必死に考えても分からないことは明白だということを承知しながら
最善の方法を考える。

SFの世界だ。

未来(例えば10万年先)の事、人を想像する時に、
わたしたちは10万年昔の事、人のことに思考を巡らせる。
それしか方法はないからだ。

しかし、ピラミッドのファラオの墓の事が未だ謎に満ち、
完全に解明されていないように、
解明、解読は難しい。

言語だけではなく、
科学技術、知見についても、
同じものを持ち合わせているとは限らない。
進んでいるかもしれないし、後退しているかもしれない。

そして、
監督はこれを未来の人に向けて作っているところが面白い。

関係者に「未来の人にメッセージを」と頼み、
彼らは答える。

近づくな。
近づかない限り、安全だ。
GOOD LUCK.

願いにも近いメッセージに無責任さを感じずにはいられない。
同時に、関係者によっては、地上は戦争等大きなものも含め、
予測不可能な変化に見舞われるが、地下はそんなに大きな変化に見舞われることはないと
ほぼ断言し、確信に満ちている。

「無責任」といっても彼らを批判しているわけではなく、
そもそも現代の彼らが責任を持てる次元の話ではない。

発電を始めた段階で確立していなかったことを「無責任」と言うべきだ。
「無責任の結果」が今、と捉えれた方がより的を得ていると思う。

最善を尽くすことで、肩の荷を幾分か和らげようとしているように映る。

監督は掘ろうとする未来の人に警告として、この作品を仕上げたはず。
監督は監督で、どのようにこの作品を残すつもりか、ぜひ聞いてみたい。

施設の詳細を伝えることと同じように、
メッセージを後世に残す事もまた大事になってくる。

非常に興味深かったのは、
放射性廃棄物に未来の人々が価値を見いだすかもしれない、
未来の世界において、価値はあるだろう、
という見解。
そういう発想をしたことがなかったわたしにとって、
新鮮な捉え方だった。
もし、資源として有効と感じた未来の人たちが掘る可能性も否定出来ない。

ひとつ残念だったのは、
核心にあと一歩のところで切ってしまっていること。

彼らが確信的な様子は分かるが、
いま一つなぜ確信的なのか、突き詰められていない気が少々する。
関係者が答えた時に、もっと、ではなぜそう思うのか、と聞くべき所を
あえてか流したのか、聞いたかもしれないが、あえて作品には採用しなかったのかもしれないし、真意は分からない。
しかし、個人的にはそこを伺い知る事はとても重要だと思う。

きっと科学の世界では地下は安定していて、地上のように人間の予測不可能な行為は見られないという見解が一般的、常識なのだろう。

しかしその常識を残念ながら持ち合わせていない文系の人間にとっては
不思議なほどの確信をもった人たちの発言は
根拠すらいらないでしょ?とすら言っているように映る。
(もしかしてそれが作品の意図なのかもしれない。
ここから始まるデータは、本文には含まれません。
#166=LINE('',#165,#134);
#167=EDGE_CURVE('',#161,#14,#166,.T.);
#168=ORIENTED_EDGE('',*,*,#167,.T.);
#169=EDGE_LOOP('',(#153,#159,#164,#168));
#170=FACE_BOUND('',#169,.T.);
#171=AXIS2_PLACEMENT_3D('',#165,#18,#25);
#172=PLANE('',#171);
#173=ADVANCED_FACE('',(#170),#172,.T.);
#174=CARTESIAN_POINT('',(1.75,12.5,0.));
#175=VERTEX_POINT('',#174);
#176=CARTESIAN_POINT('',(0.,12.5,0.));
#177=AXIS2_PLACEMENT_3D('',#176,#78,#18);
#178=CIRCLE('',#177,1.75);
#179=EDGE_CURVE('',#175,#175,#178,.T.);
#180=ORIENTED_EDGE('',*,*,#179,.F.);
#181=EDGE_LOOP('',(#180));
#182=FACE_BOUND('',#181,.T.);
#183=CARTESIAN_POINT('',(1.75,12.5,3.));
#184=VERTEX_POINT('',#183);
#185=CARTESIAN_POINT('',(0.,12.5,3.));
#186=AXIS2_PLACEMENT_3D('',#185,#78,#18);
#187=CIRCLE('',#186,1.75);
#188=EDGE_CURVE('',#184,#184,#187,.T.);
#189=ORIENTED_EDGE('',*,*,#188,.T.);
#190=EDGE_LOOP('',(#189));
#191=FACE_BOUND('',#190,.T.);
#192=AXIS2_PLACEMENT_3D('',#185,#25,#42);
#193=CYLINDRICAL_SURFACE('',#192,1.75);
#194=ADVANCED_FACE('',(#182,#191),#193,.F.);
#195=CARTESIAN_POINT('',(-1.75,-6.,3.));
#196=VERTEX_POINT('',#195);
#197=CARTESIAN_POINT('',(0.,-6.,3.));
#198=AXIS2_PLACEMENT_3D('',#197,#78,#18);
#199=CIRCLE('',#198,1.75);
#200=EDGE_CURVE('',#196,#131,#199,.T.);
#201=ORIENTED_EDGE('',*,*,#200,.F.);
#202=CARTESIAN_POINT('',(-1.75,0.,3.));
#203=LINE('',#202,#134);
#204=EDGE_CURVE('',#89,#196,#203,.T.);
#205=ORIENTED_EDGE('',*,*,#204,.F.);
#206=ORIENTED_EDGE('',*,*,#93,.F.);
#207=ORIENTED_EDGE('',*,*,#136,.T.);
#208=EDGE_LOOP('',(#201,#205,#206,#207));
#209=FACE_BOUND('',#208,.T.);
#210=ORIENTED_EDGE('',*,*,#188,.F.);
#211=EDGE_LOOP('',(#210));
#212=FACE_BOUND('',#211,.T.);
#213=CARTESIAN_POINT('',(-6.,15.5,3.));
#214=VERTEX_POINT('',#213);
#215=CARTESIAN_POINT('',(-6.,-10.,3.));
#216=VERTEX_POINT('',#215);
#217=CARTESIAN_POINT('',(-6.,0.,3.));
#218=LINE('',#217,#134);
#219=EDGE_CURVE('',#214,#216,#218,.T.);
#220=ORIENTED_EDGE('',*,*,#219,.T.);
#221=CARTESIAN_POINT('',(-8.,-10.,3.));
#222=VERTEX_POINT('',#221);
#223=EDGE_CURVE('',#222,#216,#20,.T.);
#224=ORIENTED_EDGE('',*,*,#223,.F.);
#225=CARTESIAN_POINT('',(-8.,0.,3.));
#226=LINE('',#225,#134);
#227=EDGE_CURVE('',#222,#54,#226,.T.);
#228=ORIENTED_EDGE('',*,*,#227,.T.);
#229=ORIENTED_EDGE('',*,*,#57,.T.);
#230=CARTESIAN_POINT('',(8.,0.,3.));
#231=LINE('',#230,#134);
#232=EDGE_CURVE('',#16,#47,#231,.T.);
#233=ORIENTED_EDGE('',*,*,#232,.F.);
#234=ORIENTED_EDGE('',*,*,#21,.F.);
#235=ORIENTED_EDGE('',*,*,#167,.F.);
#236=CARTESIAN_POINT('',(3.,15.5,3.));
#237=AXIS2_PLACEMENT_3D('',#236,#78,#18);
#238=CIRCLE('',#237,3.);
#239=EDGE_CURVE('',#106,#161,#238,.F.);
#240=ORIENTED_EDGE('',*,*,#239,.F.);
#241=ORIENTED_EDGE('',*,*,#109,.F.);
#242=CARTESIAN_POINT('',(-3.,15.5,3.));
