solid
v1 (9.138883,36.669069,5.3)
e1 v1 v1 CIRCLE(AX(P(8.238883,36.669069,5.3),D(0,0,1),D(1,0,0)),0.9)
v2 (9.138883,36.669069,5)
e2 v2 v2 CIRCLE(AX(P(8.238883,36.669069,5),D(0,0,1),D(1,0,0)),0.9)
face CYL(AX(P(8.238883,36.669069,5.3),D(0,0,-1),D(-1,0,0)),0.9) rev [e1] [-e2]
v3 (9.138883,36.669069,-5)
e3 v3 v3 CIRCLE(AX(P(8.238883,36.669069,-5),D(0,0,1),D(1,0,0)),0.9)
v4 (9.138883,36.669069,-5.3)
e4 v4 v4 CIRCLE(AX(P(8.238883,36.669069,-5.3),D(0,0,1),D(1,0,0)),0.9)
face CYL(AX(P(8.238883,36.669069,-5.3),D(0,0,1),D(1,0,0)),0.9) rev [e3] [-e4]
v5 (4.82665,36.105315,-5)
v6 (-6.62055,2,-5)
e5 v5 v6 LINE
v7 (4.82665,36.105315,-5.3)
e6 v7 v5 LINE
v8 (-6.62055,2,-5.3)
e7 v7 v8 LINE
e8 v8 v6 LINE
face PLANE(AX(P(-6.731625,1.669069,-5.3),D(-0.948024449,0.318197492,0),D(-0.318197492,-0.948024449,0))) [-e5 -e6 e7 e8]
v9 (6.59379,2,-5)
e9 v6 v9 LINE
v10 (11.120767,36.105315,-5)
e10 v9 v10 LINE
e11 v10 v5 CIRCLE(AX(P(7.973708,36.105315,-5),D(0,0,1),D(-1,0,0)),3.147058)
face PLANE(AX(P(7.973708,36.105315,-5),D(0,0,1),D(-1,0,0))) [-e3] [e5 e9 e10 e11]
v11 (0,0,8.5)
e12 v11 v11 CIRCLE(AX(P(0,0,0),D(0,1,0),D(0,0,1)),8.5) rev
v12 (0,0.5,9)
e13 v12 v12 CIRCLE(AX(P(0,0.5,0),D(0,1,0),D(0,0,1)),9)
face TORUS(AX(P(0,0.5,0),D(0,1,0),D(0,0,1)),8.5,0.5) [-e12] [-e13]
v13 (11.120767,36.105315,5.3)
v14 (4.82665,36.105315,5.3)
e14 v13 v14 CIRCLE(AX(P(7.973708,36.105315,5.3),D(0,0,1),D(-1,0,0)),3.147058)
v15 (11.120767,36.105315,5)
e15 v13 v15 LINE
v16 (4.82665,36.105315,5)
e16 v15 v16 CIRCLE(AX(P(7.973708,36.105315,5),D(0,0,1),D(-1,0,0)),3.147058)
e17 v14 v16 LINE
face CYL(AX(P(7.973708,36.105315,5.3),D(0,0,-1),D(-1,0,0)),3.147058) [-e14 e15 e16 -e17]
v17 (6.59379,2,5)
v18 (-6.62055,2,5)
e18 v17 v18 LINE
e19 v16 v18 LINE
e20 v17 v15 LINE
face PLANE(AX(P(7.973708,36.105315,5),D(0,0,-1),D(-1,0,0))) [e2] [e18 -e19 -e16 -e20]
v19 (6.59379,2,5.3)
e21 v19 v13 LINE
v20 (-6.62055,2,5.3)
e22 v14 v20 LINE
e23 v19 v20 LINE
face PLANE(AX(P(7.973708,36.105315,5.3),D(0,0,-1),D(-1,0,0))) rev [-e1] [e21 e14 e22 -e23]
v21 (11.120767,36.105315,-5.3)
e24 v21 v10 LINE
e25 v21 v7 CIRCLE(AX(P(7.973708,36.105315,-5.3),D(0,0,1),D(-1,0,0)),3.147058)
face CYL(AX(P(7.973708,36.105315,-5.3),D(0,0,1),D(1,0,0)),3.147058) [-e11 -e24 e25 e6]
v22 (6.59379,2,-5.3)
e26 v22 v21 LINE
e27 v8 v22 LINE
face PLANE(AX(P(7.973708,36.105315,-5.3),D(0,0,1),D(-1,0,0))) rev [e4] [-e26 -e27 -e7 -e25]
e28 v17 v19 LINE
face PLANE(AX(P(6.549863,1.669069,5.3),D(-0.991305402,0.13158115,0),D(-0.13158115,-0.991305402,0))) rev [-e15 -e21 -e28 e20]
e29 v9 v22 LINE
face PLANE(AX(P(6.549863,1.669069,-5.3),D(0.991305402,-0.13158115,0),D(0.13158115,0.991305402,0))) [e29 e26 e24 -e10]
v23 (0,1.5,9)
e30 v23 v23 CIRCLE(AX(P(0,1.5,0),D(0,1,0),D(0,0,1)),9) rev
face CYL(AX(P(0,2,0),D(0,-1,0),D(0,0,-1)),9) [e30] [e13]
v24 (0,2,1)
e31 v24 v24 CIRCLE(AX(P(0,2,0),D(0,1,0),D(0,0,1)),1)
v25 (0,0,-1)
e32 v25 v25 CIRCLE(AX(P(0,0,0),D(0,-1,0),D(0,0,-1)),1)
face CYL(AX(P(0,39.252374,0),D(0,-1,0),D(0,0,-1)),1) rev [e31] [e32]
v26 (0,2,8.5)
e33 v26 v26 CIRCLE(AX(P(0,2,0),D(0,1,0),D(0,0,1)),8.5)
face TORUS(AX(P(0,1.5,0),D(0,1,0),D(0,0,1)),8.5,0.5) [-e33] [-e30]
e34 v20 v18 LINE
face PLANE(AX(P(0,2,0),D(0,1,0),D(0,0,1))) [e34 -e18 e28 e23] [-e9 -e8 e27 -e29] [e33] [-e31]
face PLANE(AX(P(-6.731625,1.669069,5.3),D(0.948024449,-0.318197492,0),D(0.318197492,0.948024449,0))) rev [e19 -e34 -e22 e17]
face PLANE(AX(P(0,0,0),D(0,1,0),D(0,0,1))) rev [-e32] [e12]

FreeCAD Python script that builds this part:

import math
import FreeCAD as App
import Part
import Sketcher

V = App.Vector
Q = App.Units.Quantity


def edges_at(feature, points):
    """Names of the edges that pass closest to the given points."""
    edges = feature.Shape.Edges
    near = lambda p: min(range(len(edges)), key=lambda i: edges[i].distToShape(Part.Vertex(*p))[0])
    return sorted({f"Edge{near(p) + 1}" for p in points})

doc = App.newDocument("Part")
body = doc.addObject("PartDesign::Body", "Body")

# Sketch on XZ plane
sketch1 = body.newObject("Sketcher::SketchObject", "Sketch")
sketch1.AttachmentSupport = (doc.getObject("XZ_Plane"), [""])
sketch1.MapMode = "FlatFace"
sketch1.addGeometry(Part.Circle(V(0, 0, 0), V(0, 0, 1), 9), False)
sketch1.addConstraint([
    Sketcher.Constraint("Coincident", 0, 3, -1, 1),
    Sketcher.Constraint("Diameter", 0, Q("18 mm")),
])
pad1 = body.newObject("PartDesign::Pad", "Pad")
pad1.Profile = sketch1
pad1.Length = 2
pad1.Reversed = True
doc.recompute()

fillet = body.newObject("PartDesign::Fillet", "Fillet")
fillet.Base = (pad1, edges_at(pad1, [(-9, 0, 0), (-9, 2, 0)]))
fillet.Radius = 0.5

# Sketch on XY plane
sketch2 = body.newObject("Sketcher::SketchObject", "Sketch001")
sketch2.AttachmentSupport = (doc.getObject("XY_Plane"), [""])
sketch2.MapMode = "FlatFace"
sketch2.AttachmentOffset = App.Placement(V(0, 0, 5), App.Rotation())
sketch2.addGeometry([
    Part.LineSegment(V(6.549863, 1.669069, 0), V(11.120767, 36.105315, 0)),  # 0
    Part.ArcOfCircle(Part.Circle(V(7.973708, 36.105315, 0), V(0, 0, 1), 3.147058), math.radians(0), math.radians(180)),  # 1
    Part.LineSegment(V(4.82665, 36.105315, 0), V(-6.731625, 1.669069, 0)),  # 2
    Part.LineSegment(V(-6.731625, 1.669069, 0), V(6.549863, 1.669069, 0)),  # 3
    Part.Circle(V(8.238883, 36.669069, 0), V(0, 0, 1), 0.9),  # 4
], False)
sketch2.addConstraint([
    Sketcher.Constraint("Coincident", 0, 2, 1, 1),
    Sketcher.Constraint("Coincident", 1, 2, 2, 1),
    Sketcher.Constraint("Coincident", 2, 2, 3, 1),
    Sketcher.Constraint("Coincident", 3, 2, 0, 1),
    Sketcher.Constraint("Horizontal", 3),
    Sketcher.Constraint("Horizontal", 1, 3, 0, 2),
    Sketcher.Constraint("Horizontal", 0, 2, 1, 2),
    Sketcher.Constraint("Diameter", 4, Q("1.8 mm")),
    Sketcher.Constraint("DistanceY", 2, 2, 4, 3, Q("35 mm")),
    Sketcher.Constraint("Radius", 1, Q("3.147058 mm")),
    Sketcher.Constraint("DistanceX", 3, 1, 3, 2, Q("13.281488 mm")),
    Sketcher.Constraint("Distance", 0, Q("34.738282 mm")),
    Sketcher.Constraint("DistanceX", -1, 1, 1, 3, Q("7.973708 mm")),
    Sketcher.Constraint("DistanceY", -1, 1, 4, 3, Q("36.669069 mm")),
    Sketcher.Constraint("DistanceX", 2, 2, 0, 2, Q("17.852391 mm")),
    Sketcher.Constraint("DistanceX", 3, 2, 4, 3, Q("1.689019 mm")),
])
pad2 = body.newObject("PartDesign::Pad", "Pad001")
pad2.Profile = sketch2
pad2.Length = 0.3
doc.recompute()

mirrored = body.newObject("PartDesign::Mirrored", "Mirrored")
mirrored.Originals = [pad2]
mirrored.MirrorPlane = (doc.getObject("XY_Plane"), [""])
body.Tip = mirrored

# Sketch on XZ plane
sketch3 = body.newObject("Sketcher::SketchObject", "Sketch002")
sketch3.AttachmentSupport = (doc.getObject("XZ_Plane"), [""])
sketch3.MapMode = "FlatFace"
sketch3.addGeometry(Part.Circle(V(0, 0, 0), V(0, 0, 1), 1), False)
sketch3.addConstraint([
    Sketcher.Constraint("Coincident", 0, 3, -1, 1),
    Sketcher.Constraint("Diameter", 0, Q("2 mm")),
])
pocket1 = body.newObject("PartDesign::Pocket", "Pocket")
pocket1.Profile = sketch3
pocket1.Type = "ThroughAll"

doc.recompute()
)

さらに、せっかく確信的なのだから、それをどのように人々に納得してもらうか。
フィンランドの場合、してもらったか、を聞く事は、同じ問題を抱える諸外国にとっても
参考になり、大切だ。
最終的に「根拠」と「責任(の在り方)」の示し方で大きく左右される問題だからだ。

面白かったのは、監督が批判的な問い方をした時に、
関係者との間に一瞬流れるピリピリ感。
説明をうまくできない関係者が「わからない」と少々
イラっとした感じで答える。
まるで、そんなこと説明できるわけがないことくらい分かっているとでも
言わんとするかのようだ。

よくシンポジウムなどで見られる推進、反対の関係性自体的を得ていない気がいつもする。

なんだか双方が別々のところにいて、
それぞれの主張を叫んでいて、
一生交差する事のない2本の線を見ているみたいで。

お互いが相手を理解する努力があればまた変わるというか、
違うレベルで話ができる気がするが、
それが見られない。

結果を私自身、見届けられない事が非常に残念だ。

フィンランドでは2020年までの操業開始を目指している。

「未来の人を信じるか?」
「彼らは地を掘り返したりしないだろうか?」

“I hope so at least..”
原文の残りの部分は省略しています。